Exercise brief: Copy exactly the lines of the material below that run from the one containing "f 256 308 309" through the one containing "f 283 148 199". Copy no other lines.

Dataset excerpts:
- - - - - - -

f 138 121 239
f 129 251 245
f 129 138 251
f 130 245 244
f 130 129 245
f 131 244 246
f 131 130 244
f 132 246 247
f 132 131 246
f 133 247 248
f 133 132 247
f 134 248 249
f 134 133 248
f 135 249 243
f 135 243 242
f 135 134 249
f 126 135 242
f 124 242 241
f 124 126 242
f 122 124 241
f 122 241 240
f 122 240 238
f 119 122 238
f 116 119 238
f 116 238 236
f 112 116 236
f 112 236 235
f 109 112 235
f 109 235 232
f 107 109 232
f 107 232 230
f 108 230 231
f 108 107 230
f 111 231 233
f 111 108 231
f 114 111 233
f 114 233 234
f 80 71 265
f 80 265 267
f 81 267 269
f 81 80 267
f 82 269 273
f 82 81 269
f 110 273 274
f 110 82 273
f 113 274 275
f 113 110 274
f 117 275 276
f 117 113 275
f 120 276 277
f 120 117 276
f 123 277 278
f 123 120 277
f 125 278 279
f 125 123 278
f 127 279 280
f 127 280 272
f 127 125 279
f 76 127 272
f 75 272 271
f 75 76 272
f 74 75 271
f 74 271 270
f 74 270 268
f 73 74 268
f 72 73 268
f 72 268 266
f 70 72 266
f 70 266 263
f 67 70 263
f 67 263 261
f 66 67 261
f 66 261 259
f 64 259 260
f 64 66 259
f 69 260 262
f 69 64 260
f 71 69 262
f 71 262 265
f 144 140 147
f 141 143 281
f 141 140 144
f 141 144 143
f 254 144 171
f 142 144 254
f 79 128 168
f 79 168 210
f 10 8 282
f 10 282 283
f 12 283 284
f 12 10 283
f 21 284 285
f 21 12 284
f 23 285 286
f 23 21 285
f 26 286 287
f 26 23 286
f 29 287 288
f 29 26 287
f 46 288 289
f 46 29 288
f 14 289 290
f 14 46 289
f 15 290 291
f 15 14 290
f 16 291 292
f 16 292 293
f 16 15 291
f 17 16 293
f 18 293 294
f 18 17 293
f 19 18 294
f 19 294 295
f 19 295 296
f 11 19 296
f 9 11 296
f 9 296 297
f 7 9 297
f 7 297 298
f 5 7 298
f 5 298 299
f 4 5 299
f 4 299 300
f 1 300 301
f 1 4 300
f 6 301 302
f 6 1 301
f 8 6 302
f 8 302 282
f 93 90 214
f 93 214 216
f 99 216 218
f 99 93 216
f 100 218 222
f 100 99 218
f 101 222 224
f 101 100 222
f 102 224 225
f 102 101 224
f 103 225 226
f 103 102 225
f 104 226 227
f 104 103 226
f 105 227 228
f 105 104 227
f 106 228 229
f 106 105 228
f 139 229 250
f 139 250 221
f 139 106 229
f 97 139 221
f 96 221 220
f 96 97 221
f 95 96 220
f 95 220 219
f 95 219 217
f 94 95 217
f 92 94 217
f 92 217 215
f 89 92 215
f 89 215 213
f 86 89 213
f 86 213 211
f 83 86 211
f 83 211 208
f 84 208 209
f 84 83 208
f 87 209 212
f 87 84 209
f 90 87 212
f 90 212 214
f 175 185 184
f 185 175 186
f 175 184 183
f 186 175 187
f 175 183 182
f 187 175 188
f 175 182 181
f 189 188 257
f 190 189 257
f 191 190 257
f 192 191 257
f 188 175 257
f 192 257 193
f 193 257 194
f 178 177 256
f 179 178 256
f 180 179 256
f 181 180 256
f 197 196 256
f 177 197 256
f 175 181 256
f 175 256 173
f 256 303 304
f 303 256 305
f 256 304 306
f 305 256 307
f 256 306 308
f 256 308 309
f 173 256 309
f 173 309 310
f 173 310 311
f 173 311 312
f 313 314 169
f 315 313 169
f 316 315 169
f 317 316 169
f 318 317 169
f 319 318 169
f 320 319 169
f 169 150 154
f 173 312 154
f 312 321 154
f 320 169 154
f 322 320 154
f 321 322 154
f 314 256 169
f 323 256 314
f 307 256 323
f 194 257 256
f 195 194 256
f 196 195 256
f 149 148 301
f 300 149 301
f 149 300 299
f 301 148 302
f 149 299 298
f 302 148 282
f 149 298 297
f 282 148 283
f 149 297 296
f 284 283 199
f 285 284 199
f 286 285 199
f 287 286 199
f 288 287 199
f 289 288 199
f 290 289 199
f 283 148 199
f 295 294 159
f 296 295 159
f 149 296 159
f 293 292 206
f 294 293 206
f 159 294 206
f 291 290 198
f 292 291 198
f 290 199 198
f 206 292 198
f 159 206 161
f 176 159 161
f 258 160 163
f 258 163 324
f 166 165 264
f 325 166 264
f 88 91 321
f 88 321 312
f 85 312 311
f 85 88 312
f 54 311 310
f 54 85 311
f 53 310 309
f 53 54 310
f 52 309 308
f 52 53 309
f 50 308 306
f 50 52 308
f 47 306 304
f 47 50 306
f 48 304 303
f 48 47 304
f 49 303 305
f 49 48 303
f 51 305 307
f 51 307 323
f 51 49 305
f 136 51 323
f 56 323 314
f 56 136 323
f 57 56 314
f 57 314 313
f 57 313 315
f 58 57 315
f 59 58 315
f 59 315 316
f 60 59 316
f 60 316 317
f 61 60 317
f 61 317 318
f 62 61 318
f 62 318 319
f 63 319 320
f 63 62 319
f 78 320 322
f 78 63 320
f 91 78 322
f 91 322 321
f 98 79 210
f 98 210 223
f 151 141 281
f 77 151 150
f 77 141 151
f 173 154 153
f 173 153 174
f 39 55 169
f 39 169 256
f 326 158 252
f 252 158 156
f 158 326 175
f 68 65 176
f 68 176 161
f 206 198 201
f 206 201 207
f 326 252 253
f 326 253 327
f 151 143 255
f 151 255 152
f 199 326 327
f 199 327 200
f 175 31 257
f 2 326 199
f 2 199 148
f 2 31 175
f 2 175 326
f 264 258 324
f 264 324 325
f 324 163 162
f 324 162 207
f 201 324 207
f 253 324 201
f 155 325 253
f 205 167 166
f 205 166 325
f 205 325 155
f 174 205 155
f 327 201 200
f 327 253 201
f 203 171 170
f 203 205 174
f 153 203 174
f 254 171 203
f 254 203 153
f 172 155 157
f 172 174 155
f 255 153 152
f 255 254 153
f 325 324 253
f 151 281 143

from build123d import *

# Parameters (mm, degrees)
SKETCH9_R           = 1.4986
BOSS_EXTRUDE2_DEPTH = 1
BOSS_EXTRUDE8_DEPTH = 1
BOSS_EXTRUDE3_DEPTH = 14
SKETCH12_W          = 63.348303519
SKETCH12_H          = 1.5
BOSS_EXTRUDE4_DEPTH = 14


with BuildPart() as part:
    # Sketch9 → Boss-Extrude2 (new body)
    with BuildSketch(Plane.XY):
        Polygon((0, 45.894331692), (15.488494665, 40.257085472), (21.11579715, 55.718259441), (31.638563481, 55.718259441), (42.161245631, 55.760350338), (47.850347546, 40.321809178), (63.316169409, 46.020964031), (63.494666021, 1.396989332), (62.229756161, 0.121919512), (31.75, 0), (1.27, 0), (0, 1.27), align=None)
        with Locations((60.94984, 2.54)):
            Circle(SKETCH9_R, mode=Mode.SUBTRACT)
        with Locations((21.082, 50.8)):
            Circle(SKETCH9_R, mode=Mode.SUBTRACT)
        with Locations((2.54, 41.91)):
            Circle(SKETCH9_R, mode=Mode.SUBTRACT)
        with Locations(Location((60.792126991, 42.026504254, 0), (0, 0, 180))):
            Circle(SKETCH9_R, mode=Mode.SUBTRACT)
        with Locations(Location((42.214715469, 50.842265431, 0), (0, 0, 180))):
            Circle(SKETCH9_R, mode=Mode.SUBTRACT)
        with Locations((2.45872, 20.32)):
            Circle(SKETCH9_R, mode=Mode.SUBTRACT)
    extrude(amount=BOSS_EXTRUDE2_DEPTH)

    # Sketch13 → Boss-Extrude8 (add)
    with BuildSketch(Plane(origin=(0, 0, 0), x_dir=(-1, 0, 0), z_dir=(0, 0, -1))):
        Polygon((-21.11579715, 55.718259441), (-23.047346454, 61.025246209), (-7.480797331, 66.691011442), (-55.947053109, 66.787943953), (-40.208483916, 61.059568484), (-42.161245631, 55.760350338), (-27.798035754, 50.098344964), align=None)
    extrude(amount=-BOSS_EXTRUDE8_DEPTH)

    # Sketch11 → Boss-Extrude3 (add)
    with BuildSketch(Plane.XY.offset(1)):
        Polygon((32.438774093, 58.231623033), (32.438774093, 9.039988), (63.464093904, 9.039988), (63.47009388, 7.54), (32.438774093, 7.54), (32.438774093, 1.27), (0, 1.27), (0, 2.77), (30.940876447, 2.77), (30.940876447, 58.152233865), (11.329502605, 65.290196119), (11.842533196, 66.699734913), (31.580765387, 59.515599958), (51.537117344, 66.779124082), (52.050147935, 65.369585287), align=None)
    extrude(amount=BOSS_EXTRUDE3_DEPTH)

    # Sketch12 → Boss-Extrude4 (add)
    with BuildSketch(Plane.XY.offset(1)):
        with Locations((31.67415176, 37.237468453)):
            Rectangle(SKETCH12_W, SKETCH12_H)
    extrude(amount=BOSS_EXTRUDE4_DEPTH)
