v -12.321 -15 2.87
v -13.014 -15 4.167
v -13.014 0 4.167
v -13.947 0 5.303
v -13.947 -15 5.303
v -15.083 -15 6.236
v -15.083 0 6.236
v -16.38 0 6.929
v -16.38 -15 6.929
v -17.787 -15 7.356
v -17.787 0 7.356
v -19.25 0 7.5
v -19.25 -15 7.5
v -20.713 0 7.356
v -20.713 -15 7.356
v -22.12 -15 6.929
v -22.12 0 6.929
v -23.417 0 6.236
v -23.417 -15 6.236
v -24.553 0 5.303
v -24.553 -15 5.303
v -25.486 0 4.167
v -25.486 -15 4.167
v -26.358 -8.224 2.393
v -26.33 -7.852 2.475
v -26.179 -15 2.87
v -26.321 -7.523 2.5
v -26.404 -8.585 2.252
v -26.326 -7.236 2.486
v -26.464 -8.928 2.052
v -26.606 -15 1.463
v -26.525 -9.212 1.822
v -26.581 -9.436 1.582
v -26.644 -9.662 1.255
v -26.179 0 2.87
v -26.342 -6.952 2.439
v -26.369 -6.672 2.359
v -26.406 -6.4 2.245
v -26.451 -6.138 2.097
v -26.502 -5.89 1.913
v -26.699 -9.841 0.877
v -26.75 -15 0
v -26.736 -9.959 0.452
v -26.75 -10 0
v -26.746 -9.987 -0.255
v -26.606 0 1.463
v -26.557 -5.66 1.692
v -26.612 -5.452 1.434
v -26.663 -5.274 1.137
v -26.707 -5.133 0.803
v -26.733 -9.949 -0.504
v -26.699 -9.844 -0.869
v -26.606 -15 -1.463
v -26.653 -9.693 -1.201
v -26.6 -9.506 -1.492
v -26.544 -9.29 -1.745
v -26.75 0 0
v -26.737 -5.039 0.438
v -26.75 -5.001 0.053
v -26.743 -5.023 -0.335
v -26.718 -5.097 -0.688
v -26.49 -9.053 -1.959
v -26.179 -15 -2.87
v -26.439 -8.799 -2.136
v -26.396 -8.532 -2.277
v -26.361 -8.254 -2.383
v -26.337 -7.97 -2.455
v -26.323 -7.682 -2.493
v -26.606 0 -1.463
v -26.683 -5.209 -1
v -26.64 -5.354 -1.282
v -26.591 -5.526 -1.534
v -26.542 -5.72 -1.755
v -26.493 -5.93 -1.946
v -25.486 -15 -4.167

- - - - - - -

Final answer:
f 256 308 309
f 173 256 309
f 173 309 310
f 173 310 311
f 173 311 312
f 313 314 169
f 315 313 169
f 316 315 169
f 317 316 169
f 318 317 169
f 319 318 169
f 320 319 169
f 169 150 154
f 173 312 154
f 312 321 154
f 320 169 154
f 322 320 154
f 321 322 154
f 314 256 169
f 323 256 314
f 307 256 323
f 194 257 256
f 195 194 256
f 196 195 256
f 149 148 301
f 300 149 301
f 149 300 299
f 301 148 302
f 149 299 298
f 302 148 282
f 149 298 297
f 282 148 283
f 149 297 296
f 284 283 199
f 285 284 199
f 286 285 199
f 287 286 199
f 288 287 199
f 289 288 199
f 290 289 199
f 283 148 199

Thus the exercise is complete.